▸ **ACTIVITY**
Output range, inclusive: from the line containing "e44 v20 v32 LINE" to the line containing "e59 v44 v33 LINE". Restate those lines from the data below word for word and only those.

/---

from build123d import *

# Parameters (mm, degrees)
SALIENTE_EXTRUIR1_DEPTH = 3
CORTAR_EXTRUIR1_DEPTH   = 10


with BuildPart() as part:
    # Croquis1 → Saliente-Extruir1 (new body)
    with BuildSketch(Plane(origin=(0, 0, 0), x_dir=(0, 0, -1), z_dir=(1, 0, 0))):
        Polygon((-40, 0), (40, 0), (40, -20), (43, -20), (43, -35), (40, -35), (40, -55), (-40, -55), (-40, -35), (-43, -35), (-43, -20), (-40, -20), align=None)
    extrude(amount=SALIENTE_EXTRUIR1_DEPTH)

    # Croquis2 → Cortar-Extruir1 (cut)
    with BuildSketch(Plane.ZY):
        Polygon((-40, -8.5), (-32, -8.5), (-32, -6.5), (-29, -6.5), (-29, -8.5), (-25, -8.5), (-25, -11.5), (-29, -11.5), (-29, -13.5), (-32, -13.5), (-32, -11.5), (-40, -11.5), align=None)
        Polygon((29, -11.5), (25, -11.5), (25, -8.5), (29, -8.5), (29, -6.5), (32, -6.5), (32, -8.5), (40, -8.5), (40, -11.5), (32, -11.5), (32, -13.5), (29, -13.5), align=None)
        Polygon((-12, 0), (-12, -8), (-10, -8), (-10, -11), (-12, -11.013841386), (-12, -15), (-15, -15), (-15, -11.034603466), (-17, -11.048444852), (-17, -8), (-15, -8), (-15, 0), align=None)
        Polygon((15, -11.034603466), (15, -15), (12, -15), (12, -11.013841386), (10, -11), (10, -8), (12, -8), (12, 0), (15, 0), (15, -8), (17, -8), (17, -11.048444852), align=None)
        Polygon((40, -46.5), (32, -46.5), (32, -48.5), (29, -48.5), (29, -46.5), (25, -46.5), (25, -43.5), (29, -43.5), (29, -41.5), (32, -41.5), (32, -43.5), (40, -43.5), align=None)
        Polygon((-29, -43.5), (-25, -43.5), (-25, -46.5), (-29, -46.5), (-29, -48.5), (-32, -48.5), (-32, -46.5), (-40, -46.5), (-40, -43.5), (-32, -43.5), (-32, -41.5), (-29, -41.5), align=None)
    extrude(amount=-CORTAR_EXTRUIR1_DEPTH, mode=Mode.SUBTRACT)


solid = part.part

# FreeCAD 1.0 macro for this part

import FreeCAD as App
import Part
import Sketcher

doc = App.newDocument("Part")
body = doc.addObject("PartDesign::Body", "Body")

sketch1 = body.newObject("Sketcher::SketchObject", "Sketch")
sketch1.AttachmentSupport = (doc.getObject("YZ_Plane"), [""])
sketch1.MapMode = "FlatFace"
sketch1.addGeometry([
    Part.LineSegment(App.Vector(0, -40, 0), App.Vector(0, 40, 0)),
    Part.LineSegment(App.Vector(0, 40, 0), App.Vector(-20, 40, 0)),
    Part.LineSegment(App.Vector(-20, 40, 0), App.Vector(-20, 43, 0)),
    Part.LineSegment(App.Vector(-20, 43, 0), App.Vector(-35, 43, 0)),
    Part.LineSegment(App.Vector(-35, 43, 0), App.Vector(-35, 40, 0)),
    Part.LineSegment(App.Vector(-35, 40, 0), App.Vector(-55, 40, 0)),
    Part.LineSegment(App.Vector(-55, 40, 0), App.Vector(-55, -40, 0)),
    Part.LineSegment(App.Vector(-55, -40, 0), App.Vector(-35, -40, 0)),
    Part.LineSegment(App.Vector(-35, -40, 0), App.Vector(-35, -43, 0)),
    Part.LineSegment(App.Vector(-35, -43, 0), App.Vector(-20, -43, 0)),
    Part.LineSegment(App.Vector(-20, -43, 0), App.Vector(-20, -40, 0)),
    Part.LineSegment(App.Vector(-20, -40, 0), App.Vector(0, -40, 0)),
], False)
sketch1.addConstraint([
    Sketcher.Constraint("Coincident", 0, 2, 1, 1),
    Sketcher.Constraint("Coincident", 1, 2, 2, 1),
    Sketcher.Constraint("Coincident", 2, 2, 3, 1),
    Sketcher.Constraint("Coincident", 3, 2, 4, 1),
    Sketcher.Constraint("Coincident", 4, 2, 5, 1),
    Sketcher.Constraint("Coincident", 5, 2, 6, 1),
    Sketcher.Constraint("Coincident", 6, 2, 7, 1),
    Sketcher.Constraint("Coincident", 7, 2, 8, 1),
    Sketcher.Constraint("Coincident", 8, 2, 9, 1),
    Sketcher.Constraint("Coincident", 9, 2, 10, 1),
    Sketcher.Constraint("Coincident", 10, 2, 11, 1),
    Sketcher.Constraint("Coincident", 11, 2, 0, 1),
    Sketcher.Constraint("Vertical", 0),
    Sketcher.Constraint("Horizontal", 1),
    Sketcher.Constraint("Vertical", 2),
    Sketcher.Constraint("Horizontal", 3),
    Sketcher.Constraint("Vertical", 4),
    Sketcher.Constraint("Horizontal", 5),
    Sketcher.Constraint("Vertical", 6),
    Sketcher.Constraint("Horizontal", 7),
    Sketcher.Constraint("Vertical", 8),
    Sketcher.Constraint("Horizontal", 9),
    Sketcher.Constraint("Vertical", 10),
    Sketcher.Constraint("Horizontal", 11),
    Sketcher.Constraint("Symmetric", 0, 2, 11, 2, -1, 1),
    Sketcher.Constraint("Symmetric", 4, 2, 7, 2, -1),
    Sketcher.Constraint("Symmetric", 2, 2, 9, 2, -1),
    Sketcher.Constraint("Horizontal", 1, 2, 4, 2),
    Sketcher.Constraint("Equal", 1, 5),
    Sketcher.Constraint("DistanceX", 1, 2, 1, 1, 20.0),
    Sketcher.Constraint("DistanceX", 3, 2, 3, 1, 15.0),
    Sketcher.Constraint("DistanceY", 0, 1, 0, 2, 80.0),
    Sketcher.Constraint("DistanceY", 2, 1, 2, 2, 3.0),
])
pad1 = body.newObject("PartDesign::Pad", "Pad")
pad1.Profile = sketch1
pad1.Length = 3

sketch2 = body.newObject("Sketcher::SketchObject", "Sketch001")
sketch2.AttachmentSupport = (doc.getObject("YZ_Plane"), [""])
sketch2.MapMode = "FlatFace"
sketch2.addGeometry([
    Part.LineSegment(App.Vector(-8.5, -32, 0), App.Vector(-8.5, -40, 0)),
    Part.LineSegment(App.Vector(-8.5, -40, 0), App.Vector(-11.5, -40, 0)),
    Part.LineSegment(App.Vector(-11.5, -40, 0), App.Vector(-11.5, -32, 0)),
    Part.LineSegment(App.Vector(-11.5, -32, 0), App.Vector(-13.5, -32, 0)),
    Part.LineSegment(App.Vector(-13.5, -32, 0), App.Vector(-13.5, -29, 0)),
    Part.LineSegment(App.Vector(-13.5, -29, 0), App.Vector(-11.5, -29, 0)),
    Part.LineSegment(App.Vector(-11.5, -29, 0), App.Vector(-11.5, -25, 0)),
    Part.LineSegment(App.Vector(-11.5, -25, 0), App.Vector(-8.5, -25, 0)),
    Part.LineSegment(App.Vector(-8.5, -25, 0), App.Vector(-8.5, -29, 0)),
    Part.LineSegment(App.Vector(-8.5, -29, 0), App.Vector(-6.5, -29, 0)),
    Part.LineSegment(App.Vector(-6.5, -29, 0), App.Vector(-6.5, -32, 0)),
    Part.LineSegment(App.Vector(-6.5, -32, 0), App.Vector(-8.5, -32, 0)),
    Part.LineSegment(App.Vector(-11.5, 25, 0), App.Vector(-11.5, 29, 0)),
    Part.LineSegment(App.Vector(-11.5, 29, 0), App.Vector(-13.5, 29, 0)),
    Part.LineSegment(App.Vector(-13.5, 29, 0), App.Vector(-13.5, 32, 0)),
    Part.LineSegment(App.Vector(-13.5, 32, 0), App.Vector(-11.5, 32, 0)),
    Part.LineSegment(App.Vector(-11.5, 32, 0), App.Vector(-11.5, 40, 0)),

\---
/---

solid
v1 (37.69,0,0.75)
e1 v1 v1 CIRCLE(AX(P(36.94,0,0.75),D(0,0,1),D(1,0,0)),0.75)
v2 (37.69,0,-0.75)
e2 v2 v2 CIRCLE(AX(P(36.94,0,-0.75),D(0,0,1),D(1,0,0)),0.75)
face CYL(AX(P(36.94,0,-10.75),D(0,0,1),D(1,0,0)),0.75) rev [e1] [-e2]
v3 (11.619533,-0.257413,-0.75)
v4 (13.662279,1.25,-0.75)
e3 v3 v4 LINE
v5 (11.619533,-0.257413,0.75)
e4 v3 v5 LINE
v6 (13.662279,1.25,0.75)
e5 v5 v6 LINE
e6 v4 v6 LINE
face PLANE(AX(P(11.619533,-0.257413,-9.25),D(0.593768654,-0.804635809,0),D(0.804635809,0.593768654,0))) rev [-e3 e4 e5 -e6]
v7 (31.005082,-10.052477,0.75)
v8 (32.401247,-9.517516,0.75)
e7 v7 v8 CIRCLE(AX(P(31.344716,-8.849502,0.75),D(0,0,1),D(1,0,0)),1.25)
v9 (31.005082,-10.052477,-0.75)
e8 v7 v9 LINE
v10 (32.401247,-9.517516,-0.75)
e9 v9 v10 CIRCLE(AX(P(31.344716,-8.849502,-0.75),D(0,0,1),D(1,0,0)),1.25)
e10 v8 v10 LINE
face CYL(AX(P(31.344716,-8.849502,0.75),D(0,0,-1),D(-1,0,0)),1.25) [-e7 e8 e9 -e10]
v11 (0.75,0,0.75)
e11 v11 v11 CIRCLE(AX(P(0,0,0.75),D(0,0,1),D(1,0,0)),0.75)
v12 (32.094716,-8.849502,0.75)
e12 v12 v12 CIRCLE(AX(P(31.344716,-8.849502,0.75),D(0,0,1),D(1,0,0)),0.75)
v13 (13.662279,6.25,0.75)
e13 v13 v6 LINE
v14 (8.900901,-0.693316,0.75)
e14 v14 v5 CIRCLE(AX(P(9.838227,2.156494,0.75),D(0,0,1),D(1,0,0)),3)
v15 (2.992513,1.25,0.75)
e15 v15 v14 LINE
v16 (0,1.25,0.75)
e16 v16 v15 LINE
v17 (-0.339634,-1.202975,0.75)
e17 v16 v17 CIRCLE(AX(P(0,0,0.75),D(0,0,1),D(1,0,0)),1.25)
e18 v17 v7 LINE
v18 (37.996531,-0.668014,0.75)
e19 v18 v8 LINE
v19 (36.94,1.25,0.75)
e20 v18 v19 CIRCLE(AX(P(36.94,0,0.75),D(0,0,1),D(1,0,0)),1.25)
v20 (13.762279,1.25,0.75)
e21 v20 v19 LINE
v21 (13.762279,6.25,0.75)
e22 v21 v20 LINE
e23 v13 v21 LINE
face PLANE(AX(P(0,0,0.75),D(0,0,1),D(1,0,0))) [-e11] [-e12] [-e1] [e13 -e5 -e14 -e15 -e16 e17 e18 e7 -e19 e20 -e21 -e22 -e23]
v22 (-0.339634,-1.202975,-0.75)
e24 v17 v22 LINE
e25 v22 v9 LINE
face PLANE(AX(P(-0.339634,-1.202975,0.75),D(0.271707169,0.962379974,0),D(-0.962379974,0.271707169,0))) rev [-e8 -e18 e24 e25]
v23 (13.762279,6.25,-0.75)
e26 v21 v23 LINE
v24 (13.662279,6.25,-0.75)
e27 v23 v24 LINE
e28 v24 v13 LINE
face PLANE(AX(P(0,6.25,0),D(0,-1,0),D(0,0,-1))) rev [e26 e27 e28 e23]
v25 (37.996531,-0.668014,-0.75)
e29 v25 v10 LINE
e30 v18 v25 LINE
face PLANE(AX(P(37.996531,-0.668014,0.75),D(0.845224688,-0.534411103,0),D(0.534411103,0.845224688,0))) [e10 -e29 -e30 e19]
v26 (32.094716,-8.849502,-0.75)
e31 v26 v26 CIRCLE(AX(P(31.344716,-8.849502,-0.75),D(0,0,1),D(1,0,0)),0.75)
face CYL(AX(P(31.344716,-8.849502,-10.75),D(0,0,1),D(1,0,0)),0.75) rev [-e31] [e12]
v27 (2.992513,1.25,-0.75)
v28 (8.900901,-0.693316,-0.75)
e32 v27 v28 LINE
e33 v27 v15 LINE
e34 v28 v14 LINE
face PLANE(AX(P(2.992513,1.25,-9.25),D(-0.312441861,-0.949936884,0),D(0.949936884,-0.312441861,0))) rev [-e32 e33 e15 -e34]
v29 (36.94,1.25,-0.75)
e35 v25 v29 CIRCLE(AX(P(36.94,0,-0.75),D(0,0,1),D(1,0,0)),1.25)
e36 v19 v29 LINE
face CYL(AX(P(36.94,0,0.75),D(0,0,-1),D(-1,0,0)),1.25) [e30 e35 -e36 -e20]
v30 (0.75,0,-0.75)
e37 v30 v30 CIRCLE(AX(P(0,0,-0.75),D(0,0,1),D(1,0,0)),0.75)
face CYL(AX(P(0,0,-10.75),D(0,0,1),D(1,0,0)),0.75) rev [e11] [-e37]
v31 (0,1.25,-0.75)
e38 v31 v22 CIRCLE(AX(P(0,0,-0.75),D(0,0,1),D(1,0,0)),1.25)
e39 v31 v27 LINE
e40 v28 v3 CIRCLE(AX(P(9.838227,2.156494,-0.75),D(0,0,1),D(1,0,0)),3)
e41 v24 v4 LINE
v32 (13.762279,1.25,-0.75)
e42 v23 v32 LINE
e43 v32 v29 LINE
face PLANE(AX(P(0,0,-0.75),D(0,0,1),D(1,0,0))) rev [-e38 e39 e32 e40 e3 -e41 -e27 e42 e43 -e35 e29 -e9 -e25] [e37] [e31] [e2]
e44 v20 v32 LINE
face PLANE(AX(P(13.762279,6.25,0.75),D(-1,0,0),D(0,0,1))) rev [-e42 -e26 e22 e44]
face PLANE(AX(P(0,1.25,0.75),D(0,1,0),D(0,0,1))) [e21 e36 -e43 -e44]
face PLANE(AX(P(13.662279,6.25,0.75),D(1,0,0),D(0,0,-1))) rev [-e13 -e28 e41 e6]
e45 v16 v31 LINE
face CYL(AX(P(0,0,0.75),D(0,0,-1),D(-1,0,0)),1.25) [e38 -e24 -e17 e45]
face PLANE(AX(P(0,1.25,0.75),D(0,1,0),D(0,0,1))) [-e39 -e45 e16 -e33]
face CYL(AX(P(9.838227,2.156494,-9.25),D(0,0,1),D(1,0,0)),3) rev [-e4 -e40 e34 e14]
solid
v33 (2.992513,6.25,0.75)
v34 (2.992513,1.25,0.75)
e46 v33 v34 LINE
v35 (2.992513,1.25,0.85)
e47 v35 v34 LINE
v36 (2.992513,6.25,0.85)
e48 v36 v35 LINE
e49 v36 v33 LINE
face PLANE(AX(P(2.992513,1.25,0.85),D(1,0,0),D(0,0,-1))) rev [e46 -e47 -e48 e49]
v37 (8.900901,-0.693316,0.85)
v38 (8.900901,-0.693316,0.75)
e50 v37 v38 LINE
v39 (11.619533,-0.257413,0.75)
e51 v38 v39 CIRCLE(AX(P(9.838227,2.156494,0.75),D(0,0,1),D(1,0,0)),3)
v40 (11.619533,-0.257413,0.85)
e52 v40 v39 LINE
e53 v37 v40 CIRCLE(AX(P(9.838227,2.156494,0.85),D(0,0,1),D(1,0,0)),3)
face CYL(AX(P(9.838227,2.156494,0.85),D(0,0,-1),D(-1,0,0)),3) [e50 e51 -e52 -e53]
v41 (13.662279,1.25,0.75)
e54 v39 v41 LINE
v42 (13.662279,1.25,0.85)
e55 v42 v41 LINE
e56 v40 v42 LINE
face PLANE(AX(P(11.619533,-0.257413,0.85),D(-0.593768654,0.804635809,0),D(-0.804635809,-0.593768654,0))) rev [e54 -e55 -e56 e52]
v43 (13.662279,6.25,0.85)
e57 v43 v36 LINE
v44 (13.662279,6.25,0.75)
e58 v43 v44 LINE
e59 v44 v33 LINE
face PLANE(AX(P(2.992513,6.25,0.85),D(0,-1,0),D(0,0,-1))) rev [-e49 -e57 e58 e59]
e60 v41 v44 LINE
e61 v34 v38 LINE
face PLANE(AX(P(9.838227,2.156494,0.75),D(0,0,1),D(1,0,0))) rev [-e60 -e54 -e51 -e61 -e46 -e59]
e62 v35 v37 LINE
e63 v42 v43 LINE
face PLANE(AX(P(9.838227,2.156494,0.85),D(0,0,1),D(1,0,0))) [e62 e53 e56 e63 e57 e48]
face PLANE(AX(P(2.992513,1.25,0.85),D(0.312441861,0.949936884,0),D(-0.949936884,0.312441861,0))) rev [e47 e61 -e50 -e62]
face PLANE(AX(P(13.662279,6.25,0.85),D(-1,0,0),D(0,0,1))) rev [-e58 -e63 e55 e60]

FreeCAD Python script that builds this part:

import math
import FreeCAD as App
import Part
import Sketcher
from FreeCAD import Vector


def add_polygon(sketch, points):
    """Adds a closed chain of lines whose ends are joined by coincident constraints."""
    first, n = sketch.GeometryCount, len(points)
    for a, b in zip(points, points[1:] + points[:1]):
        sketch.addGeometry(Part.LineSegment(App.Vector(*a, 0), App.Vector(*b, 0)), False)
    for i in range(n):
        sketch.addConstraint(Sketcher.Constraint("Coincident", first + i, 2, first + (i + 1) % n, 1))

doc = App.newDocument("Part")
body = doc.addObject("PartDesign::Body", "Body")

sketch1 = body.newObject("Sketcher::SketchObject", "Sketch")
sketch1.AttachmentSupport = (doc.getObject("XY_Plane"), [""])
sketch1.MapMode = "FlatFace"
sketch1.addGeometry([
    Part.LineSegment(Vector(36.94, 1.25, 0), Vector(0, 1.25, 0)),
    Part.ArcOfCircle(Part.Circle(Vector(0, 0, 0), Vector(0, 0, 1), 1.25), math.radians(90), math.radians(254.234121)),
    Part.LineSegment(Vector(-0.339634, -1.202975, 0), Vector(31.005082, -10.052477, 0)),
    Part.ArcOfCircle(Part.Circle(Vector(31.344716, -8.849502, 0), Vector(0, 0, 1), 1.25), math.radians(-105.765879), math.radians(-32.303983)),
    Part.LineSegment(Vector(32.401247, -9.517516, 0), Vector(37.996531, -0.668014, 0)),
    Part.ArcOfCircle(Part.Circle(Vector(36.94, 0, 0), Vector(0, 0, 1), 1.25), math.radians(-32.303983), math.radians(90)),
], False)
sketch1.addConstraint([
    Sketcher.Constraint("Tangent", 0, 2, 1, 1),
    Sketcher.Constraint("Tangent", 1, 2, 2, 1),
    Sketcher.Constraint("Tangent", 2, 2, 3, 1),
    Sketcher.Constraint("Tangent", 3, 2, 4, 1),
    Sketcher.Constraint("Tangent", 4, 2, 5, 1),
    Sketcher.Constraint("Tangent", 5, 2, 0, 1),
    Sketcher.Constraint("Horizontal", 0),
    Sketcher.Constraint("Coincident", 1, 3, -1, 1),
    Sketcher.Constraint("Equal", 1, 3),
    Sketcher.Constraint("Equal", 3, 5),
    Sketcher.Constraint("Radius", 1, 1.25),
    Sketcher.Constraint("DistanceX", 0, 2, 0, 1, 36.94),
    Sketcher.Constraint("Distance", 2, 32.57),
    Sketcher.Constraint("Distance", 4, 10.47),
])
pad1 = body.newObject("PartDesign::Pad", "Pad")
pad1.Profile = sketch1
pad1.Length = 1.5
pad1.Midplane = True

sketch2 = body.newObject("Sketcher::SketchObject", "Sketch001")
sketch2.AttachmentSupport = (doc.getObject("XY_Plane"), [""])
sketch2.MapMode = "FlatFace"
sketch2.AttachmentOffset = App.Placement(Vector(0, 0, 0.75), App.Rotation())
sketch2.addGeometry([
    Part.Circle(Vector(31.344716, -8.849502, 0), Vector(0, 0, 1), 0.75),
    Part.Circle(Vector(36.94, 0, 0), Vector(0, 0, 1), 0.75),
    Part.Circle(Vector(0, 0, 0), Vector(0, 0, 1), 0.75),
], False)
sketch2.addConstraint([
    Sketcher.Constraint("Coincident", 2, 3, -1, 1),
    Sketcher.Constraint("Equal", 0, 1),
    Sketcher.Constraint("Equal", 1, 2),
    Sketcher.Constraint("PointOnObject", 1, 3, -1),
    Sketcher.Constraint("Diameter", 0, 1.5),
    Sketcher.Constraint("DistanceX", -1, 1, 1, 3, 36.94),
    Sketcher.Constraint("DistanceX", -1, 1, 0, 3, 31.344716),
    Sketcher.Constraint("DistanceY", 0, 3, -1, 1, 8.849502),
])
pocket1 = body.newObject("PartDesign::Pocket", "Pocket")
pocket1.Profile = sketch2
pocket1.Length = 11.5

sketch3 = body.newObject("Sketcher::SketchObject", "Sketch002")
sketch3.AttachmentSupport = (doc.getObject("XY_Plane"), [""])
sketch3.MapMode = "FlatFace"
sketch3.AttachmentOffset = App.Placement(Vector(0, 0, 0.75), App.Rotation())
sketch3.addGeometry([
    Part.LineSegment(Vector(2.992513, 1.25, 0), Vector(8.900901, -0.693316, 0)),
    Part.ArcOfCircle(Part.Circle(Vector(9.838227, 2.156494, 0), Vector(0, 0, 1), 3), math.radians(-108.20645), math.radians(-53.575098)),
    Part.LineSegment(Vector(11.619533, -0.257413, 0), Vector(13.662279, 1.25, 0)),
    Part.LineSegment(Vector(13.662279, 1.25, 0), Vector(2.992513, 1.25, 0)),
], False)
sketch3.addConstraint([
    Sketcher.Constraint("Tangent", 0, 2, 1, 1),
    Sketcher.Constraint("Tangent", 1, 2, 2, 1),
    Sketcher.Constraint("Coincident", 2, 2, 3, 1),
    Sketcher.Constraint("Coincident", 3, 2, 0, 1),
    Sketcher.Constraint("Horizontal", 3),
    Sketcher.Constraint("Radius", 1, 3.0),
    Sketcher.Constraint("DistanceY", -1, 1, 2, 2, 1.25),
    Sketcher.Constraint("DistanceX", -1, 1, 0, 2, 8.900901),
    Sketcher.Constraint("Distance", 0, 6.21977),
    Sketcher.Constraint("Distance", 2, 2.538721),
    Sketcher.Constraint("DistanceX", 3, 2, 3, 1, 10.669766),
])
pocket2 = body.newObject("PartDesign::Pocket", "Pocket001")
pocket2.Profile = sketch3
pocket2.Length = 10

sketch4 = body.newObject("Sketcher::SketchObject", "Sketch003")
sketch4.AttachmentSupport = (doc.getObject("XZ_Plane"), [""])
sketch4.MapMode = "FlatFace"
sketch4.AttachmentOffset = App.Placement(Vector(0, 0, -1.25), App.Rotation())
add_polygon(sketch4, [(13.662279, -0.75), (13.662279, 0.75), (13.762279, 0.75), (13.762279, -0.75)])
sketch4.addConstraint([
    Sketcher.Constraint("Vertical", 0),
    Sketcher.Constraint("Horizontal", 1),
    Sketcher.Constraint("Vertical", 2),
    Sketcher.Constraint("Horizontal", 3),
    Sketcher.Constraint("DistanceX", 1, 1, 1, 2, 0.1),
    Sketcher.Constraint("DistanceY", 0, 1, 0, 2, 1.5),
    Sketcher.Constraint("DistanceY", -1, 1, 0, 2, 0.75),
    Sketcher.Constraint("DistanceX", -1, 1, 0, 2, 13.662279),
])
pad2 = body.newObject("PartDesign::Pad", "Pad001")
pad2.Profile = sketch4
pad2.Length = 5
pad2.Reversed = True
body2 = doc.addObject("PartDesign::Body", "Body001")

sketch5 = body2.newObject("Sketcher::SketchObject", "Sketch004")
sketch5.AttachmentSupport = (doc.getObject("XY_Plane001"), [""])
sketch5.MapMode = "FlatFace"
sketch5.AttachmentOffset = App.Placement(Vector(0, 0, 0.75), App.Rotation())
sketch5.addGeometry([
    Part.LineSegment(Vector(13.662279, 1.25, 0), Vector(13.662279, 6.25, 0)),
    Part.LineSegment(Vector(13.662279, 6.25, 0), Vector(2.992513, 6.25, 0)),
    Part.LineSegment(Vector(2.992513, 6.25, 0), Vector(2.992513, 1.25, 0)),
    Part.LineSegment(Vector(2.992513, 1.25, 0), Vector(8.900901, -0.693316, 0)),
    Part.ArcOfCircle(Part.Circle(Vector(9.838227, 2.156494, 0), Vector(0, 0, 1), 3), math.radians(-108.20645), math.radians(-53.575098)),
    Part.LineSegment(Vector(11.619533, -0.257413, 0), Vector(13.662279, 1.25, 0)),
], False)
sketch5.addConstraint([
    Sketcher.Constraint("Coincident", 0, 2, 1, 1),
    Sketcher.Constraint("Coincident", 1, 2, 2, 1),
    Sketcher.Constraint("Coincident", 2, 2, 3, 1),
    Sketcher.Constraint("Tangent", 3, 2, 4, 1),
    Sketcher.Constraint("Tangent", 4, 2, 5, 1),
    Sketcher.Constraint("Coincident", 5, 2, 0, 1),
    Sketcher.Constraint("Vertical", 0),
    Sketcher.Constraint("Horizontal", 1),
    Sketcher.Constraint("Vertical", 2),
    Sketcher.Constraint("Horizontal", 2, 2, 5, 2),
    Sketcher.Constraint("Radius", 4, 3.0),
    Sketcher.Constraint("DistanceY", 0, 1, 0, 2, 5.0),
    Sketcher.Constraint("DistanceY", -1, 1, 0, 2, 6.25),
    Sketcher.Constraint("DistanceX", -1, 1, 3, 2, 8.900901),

\---

▸ **ANSWER SECTION**
e44 v20 v32 LINE
face PLANE(AX(P(13.762279,6.25,0.75),D(-1,0,0),D(0,0,1))) rev [-e42 -e26 e22 e44]
face PLANE(AX(P(0,1.25,0.75),D(0,1,0),D(0,0,1))) [e21 e36 -e43 -e44]
face PLANE(AX(P(13.662279,6.25,0.75),D(1,0,0),D(0,0,-1))) rev [-e13 -e28 e41 e6]
e45 v16 v31 LINE
face CYL(AX(P(0,0,0.75),D(0,0,-1),D(-1,0,0)),1.25) [e38 -e24 -e17 e45]
face PLANE(AX(P(0,1.25,0.75),D(0,1,0),D(0,0,1))) [-e39 -e45 e16 -e33]
face CYL(AX(P(9.838227,2.156494,-9.25),D(0,0,1),D(1,0,0)),3) rev [-e4 -e40 e34 e14]
solid
v33 (2.992513,6.25,0.75)
v34 (2.992513,1.25,0.75)
e46 v33 v34 LINE
v35 (2.992513,1.25,0.85)
e47 v35 v34 LINE
v36 (2.992513,6.25,0.85)
e48 v36 v35 LINE
e49 v36 v33 LINE
face PLANE(AX(P(2.992513,1.25,0.85),D(1,0,0),D(0,0,-1))) rev [e46 -e47 -e48 e49]
v37 (8.900901,-0.693316,0.85)
v38 (8.900901,-0.693316,0.75)
e50 v37 v38 LINE
v39 (11.619533,-0.257413,0.75)
e51 v38 v39 CIRCLE(AX(P(9.838227,2.156494,0.75),D(0,0,1),D(1,0,0)),3)
v40 (11.619533,-0.257413,0.85)
e52 v40 v39 LINE
e53 v37 v40 CIRCLE(AX(P(9.838227,2.156494,0.85),D(0,0,1),D(1,0,0)),3)
face CYL(AX(P(9.838227,2.156494,0.85),D(0,0,-1),D(-1,0,0)),3) [e50 e51 -e52 -e53]
v41 (13.662279,1.25,0.75)
e54 v39 v41 LINE
v42 (13.662279,1.25,0.85)
e55 v42 v41 LINE
e56 v40 v42 LINE
face PLANE(AX(P(11.619533,-0.257413,0.85),D(-0.593768654,0.804635809,0),D(-0.804635809,-0.593768654,0))) rev [e54 -e55 -e56 e52]
v43 (13.662279,6.25,0.85)
e57 v43 v36 LINE
v44 (13.662279,6.25,0.75)
e58 v43 v44 LINE
e59 v44 v33 LINE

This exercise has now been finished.